If you like these, let me know. I'd be happy to post more. Enjoy!

Sheiks & Vamps: 1920s Dance Bands Vol. 1

01 Yes! We Have No Bananas (1923) Billy Jones with Bennie Krueger's Orchestra
02 Ilo (1921) The Newport Society Orchestra
03 Tricks (1922) Emil Coleman & His Montmartre Orchestra
04 Little Boy Blue (1923) Phil Baker's Novelty Orchestra
05 Stumbling (1922) Yerkes' S.S. Floatilla Orchestra
06 Foolin' Around (1923) Isham Jones Orchestra
07 Yoo-Hoo (1921) The Newport Society Orchestra
08 Come Along (I'm Through With Worryin') (1922) Emil Coleman & His Montmartre Orchestra
09 Lovable Eyes (1922) Leo F. Reisman Orchestra
10 Cutie (1922) Yerkes S.S. Floatilla Orchestra
11 The Sheik Of Arabay (1921) The California Ramblers
12 Nobody's Sweetheart (1924) Isham Jones Orchestra

Links to MP3s

http://vintageip.com/xfers/sheiksandvamps01.mp3
http://vintageip.com/xfers/sheiksandvamps02.mp3
http://vintageip.com/xfers/sheiksandvamps03.mp3
http://vintageip.com/xfers/sheiksandvamps04.mp3
http://vintageip.com/xfers/sheiksandvamps05.mp3
http://vintageip.com/xfers/sheiksandvamps06.mp3
http://vintageip.com/xfers/sheiksandvamps07.mp3
http://vintageip.com/xfers/sheiksandvamps08.mp3
http://vintageip.com/xfers/sheiksandvamps09.mp3
http://vintageip.com/xfers/sheiksandvamps10.mp3
http://vintageip.com/xfers/sheiksandvamps11.mp3
http://vintageip.com/xfers/sheiksandvamps12.mp3


----------



## TrazomGangflow (Sep 9, 2011)

This is quite interesting. I am ecstatic about music, especially jazz, from this time period although I am more knowledgable about swing/jazz from the fourties. This thread was very enlightening for me and it is quite interesting to learn a little about music from this time. Thanks.


----------



## bigshot (Nov 22, 2011)

I've got several CDs full of rare stuff like this. Just let me know you want me to keep posting more and I will.

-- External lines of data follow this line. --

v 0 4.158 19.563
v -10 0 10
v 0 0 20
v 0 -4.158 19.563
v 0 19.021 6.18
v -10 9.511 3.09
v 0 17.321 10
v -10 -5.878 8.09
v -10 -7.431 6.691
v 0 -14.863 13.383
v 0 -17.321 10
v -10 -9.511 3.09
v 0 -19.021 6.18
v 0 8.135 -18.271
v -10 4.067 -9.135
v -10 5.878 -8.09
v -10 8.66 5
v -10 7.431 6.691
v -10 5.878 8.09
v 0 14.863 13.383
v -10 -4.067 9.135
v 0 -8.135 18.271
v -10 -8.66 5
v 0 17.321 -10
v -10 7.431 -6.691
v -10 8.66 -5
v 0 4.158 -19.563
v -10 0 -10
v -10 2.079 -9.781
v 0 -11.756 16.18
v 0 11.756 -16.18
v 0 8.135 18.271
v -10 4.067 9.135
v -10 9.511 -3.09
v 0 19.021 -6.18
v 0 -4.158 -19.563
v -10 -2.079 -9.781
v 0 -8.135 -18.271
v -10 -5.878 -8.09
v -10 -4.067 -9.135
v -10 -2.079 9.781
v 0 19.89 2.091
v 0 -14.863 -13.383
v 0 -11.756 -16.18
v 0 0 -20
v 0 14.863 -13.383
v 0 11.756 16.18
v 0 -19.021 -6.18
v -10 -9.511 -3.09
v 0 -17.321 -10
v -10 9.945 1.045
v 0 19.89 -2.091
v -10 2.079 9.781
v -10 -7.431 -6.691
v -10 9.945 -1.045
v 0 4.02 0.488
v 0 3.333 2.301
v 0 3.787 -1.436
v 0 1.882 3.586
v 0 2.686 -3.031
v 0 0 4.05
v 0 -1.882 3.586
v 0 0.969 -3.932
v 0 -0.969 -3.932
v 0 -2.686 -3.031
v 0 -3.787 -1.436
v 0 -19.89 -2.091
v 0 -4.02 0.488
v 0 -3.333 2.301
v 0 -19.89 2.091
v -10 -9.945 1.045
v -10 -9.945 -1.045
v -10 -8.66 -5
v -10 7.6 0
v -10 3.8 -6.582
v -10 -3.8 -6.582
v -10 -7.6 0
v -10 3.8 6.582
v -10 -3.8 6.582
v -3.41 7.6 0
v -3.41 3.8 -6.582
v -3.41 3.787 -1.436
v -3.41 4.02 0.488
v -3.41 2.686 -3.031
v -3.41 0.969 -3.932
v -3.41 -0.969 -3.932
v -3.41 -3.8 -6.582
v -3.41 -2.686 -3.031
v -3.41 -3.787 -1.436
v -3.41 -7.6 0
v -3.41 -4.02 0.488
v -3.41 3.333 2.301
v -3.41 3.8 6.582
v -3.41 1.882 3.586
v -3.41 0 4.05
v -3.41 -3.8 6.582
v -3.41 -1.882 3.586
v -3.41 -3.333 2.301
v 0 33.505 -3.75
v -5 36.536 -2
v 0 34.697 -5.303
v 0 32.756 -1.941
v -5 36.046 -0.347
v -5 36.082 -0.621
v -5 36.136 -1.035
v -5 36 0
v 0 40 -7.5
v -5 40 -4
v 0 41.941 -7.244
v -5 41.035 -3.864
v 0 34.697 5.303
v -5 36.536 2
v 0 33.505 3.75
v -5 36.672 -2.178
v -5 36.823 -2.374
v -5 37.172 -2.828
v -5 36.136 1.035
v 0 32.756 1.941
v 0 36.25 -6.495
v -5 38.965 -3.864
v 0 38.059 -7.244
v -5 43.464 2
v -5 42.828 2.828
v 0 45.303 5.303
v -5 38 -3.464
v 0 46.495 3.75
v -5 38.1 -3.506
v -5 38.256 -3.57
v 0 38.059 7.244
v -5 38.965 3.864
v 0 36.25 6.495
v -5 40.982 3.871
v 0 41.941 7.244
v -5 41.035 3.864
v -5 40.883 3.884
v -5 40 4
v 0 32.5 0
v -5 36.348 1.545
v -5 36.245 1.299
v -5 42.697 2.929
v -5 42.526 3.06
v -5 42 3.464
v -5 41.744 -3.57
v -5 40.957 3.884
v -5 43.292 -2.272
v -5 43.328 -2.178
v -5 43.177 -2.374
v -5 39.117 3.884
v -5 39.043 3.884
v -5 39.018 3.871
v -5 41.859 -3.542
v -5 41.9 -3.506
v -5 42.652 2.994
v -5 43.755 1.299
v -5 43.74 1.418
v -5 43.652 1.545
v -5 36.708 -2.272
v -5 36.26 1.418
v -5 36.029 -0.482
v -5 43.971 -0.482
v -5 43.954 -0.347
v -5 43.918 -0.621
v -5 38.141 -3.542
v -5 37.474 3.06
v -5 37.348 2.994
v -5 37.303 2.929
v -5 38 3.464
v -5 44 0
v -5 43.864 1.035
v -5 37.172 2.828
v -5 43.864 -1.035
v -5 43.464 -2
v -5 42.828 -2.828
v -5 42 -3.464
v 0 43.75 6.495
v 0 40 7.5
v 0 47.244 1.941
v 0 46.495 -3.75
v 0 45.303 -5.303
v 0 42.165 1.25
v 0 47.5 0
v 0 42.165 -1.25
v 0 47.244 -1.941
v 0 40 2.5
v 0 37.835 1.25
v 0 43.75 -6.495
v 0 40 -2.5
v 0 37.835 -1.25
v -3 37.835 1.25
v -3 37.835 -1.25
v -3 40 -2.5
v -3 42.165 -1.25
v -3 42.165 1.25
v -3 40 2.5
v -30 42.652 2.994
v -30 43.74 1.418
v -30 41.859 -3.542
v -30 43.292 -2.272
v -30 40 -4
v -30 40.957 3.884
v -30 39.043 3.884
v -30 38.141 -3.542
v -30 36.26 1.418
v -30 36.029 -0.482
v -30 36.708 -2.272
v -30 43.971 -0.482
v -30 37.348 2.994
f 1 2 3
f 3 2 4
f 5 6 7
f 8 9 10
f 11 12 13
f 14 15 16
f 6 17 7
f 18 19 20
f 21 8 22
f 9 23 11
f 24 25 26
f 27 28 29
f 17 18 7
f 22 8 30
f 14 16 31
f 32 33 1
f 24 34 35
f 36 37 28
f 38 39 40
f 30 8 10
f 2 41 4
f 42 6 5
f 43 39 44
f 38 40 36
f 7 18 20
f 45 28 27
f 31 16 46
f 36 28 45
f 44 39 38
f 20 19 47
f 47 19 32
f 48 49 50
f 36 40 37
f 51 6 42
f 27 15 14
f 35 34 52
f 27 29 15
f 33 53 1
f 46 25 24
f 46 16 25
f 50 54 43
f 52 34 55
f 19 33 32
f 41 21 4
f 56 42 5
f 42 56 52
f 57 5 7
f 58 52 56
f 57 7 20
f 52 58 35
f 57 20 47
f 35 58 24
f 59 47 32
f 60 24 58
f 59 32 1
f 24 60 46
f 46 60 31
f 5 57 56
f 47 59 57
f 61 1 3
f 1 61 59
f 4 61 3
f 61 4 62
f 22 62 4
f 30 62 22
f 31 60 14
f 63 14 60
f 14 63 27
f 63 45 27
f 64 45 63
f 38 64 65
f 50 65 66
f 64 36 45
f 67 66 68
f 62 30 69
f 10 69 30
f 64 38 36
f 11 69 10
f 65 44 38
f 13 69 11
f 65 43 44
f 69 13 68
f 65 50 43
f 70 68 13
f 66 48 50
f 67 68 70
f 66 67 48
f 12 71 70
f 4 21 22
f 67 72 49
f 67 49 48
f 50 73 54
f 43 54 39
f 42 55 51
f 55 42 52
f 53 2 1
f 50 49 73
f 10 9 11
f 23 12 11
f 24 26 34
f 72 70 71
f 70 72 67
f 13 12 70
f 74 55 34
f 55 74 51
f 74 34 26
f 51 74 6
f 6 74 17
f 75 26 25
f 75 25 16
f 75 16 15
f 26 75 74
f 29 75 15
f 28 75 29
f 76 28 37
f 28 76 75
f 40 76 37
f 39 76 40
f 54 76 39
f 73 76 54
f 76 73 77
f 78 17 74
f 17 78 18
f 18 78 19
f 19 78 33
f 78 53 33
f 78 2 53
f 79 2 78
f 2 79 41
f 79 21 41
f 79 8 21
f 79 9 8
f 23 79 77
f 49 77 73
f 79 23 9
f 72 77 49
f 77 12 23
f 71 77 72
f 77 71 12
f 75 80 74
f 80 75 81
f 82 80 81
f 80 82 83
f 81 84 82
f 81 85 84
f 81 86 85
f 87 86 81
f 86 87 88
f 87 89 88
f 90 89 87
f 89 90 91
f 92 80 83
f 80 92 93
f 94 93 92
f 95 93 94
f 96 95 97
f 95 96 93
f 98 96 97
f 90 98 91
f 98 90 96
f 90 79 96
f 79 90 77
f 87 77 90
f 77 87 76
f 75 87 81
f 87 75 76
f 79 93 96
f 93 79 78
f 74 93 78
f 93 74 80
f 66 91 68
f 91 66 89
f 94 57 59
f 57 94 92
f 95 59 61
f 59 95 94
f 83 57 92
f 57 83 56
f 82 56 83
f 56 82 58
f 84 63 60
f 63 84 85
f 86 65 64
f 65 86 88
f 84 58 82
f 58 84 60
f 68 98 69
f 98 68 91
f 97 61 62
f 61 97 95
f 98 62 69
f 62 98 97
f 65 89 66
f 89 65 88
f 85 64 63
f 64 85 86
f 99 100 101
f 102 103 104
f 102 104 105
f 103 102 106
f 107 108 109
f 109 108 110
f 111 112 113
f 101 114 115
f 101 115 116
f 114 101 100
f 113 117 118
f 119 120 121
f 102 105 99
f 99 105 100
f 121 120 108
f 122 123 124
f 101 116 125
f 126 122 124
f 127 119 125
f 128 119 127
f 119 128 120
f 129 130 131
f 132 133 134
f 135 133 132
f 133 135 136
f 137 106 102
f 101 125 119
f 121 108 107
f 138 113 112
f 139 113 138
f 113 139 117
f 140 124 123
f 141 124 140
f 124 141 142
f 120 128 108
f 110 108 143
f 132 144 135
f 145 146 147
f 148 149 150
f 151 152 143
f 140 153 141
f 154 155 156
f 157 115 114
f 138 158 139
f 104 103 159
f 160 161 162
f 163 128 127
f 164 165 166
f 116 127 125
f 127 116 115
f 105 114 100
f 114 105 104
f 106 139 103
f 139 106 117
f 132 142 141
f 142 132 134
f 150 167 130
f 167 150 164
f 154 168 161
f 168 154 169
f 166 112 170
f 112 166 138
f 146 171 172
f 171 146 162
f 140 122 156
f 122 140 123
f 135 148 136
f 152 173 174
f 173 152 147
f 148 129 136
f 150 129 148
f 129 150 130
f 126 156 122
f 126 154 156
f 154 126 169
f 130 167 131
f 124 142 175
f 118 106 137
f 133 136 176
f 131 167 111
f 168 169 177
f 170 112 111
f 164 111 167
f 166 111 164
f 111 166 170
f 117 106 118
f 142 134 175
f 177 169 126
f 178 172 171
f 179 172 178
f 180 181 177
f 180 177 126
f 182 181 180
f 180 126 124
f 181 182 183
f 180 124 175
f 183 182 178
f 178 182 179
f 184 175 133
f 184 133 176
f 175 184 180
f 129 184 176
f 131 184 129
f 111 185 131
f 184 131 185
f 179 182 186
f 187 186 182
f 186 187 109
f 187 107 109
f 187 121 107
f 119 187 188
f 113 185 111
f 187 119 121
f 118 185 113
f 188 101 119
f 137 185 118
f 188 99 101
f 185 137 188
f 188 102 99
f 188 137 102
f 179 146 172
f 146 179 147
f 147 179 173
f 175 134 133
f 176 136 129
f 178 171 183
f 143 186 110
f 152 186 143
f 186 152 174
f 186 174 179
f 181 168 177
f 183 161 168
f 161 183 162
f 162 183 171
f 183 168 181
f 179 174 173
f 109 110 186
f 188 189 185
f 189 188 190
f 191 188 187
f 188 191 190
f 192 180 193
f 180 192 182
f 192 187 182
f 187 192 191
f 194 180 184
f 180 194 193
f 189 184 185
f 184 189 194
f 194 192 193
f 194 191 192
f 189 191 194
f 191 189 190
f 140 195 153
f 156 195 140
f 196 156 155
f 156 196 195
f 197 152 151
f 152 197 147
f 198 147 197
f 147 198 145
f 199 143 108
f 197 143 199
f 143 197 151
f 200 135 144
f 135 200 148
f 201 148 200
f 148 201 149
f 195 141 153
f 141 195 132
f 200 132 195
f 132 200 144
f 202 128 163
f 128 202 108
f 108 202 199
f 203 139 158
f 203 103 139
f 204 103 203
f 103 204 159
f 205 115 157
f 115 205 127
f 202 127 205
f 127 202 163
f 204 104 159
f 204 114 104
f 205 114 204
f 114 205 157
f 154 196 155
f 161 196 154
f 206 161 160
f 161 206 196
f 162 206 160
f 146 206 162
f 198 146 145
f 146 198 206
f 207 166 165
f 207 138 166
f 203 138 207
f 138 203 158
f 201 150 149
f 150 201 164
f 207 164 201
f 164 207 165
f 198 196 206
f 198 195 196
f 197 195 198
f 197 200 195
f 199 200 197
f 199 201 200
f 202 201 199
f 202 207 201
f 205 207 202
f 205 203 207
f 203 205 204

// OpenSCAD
use <MCAD/nuts_and_bolts.scad>;

nut_bump_M8();
translate([0,40,0]) bolt_M8();

module nut_bump_M8(h=10, tol=0.1) {
    
    rotate([0,-90,0]) 
        difference() {
            cylinder(d1=20+2*h, d2=20, h=h);
            
            translate([0,0,h+0.01])
                mirror([0,0,1]) 
                    rotate([0,0,90])
                        nutHole(8, tolerance=tol);
            
            translate([0,0,-1])
                cylinder(d=8+tol, h=h);
        }
}

module bolt_M8(length=30) {
    rotate([0,90,0])
        color("silver")
            union() {
                translate([0,0,-length])
                    cylinder(d=8,h=length-5);
                
                difference() {
                    translate([0,0,-5])
                        cylinder(d1=8,d2=15,h=5);
                    
                    cylinder(d=5, h=6, $fn = 6, center=true);
                }
            }
}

The jazz history books don't deal with this music because they don't consider it "real" jazz. It doesn't fit the trueisms of how jazz developed in its early days.


----------



## bigshot (Nov 22, 2011)

Here's the next batch. All electricals this time. This completes the first CD, "Sheiks and Vamps"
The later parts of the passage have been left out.